## INFORMATION SHOWN
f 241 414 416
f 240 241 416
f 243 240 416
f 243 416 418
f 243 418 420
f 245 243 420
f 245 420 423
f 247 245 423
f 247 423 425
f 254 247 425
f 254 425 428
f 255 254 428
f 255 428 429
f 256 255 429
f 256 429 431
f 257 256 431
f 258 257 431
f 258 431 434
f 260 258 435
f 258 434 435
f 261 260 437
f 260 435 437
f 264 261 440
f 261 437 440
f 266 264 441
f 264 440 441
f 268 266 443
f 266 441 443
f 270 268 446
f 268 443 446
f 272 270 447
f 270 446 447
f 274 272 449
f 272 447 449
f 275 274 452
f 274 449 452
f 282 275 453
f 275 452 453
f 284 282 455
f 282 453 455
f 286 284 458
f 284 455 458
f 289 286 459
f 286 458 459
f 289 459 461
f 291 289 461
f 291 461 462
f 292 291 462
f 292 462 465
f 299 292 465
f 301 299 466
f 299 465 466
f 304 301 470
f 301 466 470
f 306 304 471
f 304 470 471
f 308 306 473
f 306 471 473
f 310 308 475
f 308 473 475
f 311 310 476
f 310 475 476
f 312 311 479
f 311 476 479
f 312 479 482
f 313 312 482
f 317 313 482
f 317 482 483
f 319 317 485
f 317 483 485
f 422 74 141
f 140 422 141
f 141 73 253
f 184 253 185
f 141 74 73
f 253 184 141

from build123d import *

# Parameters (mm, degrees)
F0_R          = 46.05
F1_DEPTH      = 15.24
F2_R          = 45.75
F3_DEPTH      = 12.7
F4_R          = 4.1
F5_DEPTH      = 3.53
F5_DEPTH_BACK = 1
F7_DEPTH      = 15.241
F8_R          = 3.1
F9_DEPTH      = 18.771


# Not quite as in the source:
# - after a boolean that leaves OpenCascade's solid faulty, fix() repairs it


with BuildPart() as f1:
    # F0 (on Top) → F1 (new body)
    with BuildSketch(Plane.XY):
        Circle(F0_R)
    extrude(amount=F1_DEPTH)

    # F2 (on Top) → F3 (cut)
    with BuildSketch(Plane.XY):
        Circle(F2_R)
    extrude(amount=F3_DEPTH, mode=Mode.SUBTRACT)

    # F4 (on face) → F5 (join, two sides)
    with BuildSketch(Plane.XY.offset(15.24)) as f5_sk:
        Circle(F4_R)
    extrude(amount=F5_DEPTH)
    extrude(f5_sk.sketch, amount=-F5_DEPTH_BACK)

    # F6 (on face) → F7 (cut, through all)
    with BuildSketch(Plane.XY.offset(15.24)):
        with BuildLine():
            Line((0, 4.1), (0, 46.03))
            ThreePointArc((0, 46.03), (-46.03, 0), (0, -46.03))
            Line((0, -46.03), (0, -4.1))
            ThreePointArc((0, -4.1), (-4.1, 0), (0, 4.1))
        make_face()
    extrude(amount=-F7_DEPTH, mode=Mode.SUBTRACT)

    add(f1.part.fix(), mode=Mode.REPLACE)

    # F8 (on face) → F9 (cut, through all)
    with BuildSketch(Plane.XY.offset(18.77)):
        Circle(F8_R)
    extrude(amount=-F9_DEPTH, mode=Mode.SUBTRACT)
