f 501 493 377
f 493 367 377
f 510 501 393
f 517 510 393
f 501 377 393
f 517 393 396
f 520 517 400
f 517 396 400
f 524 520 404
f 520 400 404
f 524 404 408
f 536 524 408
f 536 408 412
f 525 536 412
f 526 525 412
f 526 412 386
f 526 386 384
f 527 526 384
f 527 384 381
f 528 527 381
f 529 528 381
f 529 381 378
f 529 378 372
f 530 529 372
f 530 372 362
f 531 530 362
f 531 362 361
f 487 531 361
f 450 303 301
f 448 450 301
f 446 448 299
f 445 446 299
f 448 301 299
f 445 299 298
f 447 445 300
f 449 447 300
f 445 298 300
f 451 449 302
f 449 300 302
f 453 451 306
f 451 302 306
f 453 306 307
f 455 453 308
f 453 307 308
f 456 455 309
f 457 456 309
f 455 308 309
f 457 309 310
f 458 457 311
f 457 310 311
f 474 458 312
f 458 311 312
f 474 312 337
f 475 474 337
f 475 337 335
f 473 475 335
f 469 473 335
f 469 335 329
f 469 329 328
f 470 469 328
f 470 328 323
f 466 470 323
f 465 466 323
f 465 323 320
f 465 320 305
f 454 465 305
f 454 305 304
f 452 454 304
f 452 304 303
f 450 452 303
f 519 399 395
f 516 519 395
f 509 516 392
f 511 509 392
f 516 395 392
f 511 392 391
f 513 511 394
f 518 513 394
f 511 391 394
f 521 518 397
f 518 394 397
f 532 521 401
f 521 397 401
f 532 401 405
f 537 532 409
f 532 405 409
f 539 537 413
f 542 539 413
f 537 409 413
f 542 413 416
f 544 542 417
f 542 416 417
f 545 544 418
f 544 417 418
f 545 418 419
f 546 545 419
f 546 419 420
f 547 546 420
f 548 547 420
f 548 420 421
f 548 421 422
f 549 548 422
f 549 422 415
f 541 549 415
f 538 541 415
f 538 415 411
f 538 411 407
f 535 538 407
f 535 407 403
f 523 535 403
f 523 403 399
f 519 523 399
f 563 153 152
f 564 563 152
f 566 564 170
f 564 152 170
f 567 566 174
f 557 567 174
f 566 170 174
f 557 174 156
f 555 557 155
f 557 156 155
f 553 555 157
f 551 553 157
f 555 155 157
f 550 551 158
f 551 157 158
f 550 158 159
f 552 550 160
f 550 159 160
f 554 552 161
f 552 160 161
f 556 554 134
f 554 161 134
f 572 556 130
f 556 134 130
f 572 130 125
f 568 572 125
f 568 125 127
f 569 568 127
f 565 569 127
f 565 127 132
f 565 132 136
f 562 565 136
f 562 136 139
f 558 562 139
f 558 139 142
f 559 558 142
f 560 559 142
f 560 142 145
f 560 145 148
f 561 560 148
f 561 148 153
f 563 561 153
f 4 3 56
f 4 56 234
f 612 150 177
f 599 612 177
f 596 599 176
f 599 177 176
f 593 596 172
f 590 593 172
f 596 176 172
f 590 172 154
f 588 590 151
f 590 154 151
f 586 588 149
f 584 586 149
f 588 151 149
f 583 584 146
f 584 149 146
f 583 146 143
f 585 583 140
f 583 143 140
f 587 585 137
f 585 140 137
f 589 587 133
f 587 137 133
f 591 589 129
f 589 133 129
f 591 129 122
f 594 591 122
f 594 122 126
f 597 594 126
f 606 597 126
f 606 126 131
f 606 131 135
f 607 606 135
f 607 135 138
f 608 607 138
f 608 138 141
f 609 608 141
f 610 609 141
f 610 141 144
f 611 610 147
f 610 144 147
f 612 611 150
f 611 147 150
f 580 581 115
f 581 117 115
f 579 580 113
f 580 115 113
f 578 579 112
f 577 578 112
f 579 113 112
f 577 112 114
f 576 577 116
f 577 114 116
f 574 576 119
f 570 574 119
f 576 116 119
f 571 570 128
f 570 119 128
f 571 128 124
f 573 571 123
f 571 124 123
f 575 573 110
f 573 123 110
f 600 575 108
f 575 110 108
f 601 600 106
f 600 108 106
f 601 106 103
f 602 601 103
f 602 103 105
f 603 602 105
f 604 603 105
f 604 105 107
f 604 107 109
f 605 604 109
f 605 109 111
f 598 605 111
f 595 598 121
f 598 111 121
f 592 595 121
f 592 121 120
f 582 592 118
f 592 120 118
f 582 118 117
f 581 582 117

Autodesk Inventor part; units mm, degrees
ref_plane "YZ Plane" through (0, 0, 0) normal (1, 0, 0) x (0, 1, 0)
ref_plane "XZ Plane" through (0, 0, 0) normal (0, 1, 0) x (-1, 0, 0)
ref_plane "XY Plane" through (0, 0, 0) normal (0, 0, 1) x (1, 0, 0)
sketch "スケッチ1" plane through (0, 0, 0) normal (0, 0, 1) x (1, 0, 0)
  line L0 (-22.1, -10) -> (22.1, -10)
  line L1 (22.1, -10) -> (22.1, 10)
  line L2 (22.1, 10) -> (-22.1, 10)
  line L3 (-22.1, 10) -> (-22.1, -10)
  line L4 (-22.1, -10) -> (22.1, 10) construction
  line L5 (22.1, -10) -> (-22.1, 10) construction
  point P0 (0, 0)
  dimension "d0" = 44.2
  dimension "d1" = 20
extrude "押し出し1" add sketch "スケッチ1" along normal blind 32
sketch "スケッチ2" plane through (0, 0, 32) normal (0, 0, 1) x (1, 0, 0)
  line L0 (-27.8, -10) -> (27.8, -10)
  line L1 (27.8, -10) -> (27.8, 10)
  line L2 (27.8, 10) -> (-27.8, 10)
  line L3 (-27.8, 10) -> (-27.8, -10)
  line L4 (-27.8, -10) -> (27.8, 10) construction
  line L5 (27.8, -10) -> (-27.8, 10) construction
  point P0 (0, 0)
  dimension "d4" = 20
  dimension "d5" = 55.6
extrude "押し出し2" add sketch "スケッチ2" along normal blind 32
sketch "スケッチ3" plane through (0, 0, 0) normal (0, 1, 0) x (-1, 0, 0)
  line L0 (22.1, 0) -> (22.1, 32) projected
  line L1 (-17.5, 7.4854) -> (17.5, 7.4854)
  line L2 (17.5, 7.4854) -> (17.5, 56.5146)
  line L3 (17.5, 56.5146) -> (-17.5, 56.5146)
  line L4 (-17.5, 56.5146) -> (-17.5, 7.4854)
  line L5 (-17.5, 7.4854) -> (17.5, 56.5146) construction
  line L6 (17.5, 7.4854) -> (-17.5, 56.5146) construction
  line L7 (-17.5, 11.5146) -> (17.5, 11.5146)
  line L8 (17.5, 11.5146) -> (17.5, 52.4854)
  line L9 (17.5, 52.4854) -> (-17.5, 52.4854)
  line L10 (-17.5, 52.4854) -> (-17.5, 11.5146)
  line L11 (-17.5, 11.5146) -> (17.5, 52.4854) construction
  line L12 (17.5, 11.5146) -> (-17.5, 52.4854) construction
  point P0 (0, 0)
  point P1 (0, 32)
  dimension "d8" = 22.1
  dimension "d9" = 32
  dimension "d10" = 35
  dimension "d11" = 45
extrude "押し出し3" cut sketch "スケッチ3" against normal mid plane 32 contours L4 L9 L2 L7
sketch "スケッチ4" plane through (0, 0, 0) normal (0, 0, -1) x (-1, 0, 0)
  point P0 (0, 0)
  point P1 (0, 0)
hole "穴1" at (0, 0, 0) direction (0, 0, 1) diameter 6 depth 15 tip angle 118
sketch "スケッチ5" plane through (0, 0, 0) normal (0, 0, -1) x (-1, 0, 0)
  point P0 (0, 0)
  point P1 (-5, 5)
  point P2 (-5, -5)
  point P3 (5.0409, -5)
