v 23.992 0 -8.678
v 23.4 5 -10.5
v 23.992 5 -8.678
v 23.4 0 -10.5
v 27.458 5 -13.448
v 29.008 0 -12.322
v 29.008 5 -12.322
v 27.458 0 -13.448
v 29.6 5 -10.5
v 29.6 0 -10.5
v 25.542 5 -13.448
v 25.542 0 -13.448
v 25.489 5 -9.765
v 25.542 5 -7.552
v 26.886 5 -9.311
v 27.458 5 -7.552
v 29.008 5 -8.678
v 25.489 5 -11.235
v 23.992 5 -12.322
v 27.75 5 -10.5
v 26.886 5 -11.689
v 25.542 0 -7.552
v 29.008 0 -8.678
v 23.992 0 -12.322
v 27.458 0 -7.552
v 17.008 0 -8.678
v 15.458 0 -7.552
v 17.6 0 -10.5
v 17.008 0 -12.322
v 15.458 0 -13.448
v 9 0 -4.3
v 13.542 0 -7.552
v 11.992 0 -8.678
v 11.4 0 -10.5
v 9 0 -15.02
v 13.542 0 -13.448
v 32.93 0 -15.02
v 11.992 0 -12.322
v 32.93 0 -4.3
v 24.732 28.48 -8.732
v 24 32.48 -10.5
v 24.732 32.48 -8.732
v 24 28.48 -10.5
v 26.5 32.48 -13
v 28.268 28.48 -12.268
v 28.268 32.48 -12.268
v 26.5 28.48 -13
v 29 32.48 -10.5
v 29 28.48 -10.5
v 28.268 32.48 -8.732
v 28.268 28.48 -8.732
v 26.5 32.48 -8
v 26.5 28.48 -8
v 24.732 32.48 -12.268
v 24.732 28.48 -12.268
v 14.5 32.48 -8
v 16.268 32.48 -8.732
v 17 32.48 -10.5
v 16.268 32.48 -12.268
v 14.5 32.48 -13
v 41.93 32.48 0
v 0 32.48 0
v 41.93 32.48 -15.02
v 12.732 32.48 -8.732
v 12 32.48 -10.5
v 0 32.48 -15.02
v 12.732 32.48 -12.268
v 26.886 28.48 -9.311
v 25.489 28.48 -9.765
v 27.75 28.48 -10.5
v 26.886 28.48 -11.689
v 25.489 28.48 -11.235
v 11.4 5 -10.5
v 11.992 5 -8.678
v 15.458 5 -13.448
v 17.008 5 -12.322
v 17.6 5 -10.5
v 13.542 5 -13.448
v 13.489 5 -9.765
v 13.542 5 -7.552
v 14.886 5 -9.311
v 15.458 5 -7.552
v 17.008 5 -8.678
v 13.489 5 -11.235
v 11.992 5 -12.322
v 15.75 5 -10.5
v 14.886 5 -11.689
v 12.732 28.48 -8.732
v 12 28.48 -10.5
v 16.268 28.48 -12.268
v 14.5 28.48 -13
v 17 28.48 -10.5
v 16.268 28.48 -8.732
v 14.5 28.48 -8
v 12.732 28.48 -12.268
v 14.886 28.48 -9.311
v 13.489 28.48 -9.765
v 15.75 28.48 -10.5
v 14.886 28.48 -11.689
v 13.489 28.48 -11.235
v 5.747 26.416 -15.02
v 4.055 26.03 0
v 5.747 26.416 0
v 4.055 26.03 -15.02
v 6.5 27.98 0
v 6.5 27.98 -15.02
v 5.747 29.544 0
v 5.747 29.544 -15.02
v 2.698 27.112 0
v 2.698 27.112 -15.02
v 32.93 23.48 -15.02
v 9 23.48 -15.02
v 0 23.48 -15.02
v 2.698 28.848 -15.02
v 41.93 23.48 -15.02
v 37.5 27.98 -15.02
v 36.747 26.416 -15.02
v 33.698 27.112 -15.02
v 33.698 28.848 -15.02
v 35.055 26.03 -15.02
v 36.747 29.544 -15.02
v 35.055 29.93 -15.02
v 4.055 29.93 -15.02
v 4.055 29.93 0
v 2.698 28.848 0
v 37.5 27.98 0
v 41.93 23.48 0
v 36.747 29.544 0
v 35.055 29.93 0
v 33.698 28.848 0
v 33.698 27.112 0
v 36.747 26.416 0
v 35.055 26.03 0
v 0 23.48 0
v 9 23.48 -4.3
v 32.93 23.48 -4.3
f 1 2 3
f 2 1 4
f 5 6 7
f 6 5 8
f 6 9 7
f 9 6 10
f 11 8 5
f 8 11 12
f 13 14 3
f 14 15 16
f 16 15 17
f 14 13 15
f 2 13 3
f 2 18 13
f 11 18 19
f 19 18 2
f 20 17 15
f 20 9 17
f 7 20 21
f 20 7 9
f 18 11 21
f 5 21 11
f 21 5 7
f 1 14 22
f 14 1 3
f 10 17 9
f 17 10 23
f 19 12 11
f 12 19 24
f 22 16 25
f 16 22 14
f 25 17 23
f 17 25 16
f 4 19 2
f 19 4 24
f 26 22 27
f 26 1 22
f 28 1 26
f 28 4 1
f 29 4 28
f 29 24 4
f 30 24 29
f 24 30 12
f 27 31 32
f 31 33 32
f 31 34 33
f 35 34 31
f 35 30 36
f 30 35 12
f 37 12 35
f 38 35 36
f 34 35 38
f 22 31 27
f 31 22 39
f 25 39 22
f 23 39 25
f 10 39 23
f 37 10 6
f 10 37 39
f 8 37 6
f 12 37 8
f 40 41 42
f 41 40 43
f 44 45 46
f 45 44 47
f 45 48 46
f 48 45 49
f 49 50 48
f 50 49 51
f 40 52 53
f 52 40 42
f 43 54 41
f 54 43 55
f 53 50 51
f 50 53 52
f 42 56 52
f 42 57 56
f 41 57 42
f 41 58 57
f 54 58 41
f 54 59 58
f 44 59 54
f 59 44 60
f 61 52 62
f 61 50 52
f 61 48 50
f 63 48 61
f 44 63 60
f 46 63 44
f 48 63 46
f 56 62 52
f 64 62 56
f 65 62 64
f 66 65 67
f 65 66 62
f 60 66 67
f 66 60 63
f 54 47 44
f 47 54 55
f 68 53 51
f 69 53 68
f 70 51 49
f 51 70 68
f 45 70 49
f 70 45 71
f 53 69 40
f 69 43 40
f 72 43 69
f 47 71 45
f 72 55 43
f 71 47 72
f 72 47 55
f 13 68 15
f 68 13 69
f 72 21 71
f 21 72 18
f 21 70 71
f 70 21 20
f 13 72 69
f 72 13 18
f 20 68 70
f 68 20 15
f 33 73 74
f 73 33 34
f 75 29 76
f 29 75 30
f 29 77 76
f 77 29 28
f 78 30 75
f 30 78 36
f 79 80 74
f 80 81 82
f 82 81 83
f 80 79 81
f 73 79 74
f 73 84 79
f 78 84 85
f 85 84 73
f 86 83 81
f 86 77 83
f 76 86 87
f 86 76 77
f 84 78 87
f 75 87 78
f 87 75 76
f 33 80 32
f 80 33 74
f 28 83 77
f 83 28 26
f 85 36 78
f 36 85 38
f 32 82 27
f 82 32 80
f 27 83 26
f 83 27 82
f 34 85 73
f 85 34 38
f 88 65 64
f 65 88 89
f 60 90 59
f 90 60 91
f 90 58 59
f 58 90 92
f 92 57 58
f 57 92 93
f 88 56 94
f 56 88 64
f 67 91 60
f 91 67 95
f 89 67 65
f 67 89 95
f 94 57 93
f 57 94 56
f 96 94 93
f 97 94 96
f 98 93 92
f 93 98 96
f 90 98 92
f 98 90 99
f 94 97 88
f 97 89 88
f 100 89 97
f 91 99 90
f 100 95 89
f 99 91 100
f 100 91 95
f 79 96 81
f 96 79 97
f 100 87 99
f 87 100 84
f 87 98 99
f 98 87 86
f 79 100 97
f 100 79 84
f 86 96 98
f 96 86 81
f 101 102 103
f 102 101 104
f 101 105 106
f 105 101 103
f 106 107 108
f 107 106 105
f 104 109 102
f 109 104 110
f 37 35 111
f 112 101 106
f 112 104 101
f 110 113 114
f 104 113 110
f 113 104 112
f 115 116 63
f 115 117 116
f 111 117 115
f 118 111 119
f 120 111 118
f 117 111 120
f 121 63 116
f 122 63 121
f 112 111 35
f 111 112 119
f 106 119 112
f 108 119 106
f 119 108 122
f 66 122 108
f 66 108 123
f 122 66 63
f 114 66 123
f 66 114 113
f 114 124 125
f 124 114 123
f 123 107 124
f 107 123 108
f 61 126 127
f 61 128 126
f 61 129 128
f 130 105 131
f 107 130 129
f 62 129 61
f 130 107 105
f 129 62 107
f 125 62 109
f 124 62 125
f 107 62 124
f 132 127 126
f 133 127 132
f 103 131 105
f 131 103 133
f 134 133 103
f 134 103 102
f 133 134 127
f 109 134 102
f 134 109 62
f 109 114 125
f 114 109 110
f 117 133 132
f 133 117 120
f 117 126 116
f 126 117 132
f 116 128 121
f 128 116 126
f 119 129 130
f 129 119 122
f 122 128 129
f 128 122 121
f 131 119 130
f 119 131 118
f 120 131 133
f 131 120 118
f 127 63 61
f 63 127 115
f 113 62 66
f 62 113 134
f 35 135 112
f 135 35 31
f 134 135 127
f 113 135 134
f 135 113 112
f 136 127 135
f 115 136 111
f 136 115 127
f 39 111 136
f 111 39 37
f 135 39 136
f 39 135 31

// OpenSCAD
//pnu_head

fan_off       = 4.5;
fan_spacing   = 31;
fan_r         = 2;

head_x        = 41.93;
head_y        = 15.02;
head_z        = 9.45;
head_off_x    = 14.5;
head_off_y    = 10.5;
head_spacing  = 12.0;
head_r        = 3.1;

pnu_r         = 2.5;
pnu_clr       = 4;

screw_clr     = 5;

fat           = 2 * fan_off;

main = [
    head_x, 
    head_y,
    head_x - head_z,
];
    
rotate([-90,0,0]) difference() {
    cube(main);
    // head holes
    translate ([
        head_off_x,
        head_off_y,
        0
    ]) {
        {
            cylinder ( h = screw_clr, r = head_r );
            translate([0, 0, main[2] - pnu_clr]) cylinder ( h = pnu_clr, r = pnu_r);
            cylinder ( h = main[2], r = 1.25 );
        }
        translate([head_spacing,0,0]) {
            cylinder ( h = screw_clr, r = head_r );
            translate([0, 0, main[2] - pnu_clr]) cylinder ( h = pnu_clr, r = pnu_r);
            cylinder ( h = main[2], r = 1.25 );
        }
    }
    // fan holes
    translate([fan_off, 0, main[2] - fan_off]){
        rotate([-90,0,0]) {
            cylinder(h = main[1], r = fan_r);
            translate([fan_spacing,0,0]) cylinder(h = main[1], r = fan_r);
         }
     }  
     // fat trimming
     cube([fat, main[1], main[2] - 2 * fan_off]);
     translate([main[0]-fat,0,0])cube([fat, main[1], main[2] - 2 * fan_off]);
     cube([main[0], head_off_y - 2 * head_r, main[2] - 2 * fan_off]);
     
}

## PROBLEM TO WORK ON
Will you return exactly the lines above from the one with "f 511 392 391" down to the one with "f 597 594 126", counting both as part of the range?

## RESULT OF THIS EXERCISE
f 511 392 391
f 513 511 394
f 518 513 394
f 511 391 394
f 521 518 397
f 518 394 397
f 532 521 401
f 521 397 401
f 532 401 405
f 537 532 409
f 532 405 409
f 539 537 413
f 542 539 413
f 537 409 413
f 542 413 416
f 544 542 417
f 542 416 417
f 545 544 418
f 544 417 418
f 545 418 419
f 546 545 419
f 546 419 420
f 547 546 420
f 548 547 420
f 548 420 421
f 548 421 422
f 549 548 422
f 549 422 415
f 541 549 415
f 538 541 415
f 538 415 411
f 538 411 407
f 535 538 407
f 535 407 403
f 523 535 403
f 523 403 399
f 519 523 399
f 563 153 152
f 564 563 152
f 566 564 170
f 564 152 170
f 567 566 174
f 557 567 174
f 566 170 174
f 557 174 156
f 555 557 155
f 557 156 155
f 553 555 157
f 551 553 157
f 555 155 157
f 550 551 158
f 551 157 158
f 550 158 159
f 552 550 160
f 550 159 160
f 554 552 161
f 552 160 161
f 556 554 134
f 554 161 134
f 572 556 130
f 556 134 130
f 572 130 125
f 568 572 125
f 568 125 127
f 569 568 127
f 565 569 127
f 565 127 132
f 565 132 136
f 562 565 136
f 562 136 139
f 558 562 139
f 558 139 142
f 559 558 142
f 560 559 142
f 560 142 145
f 560 145 148
f 561 560 148
f 561 148 153
f 563 561 153
f 4 3 56
f 4 56 234
f 612 150 177
f 599 612 177
f 596 599 176
f 599 177 176
f 593 596 172
f 590 593 172
f 596 176 172
f 590 172 154
f 588 590 151
f 590 154 151
f 586 588 149
f 584 586 149
f 588 151 149
f 583 584 146
f 584 149 146
f 583 146 143
f 585 583 140
f 583 143 140
f 587 585 137
f 585 140 137
f 589 587 133
f 587 137 133
f 591 589 129
f 589 133 129
f 591 129 122
f 594 591 122
f 594 122 126
f 597 594 126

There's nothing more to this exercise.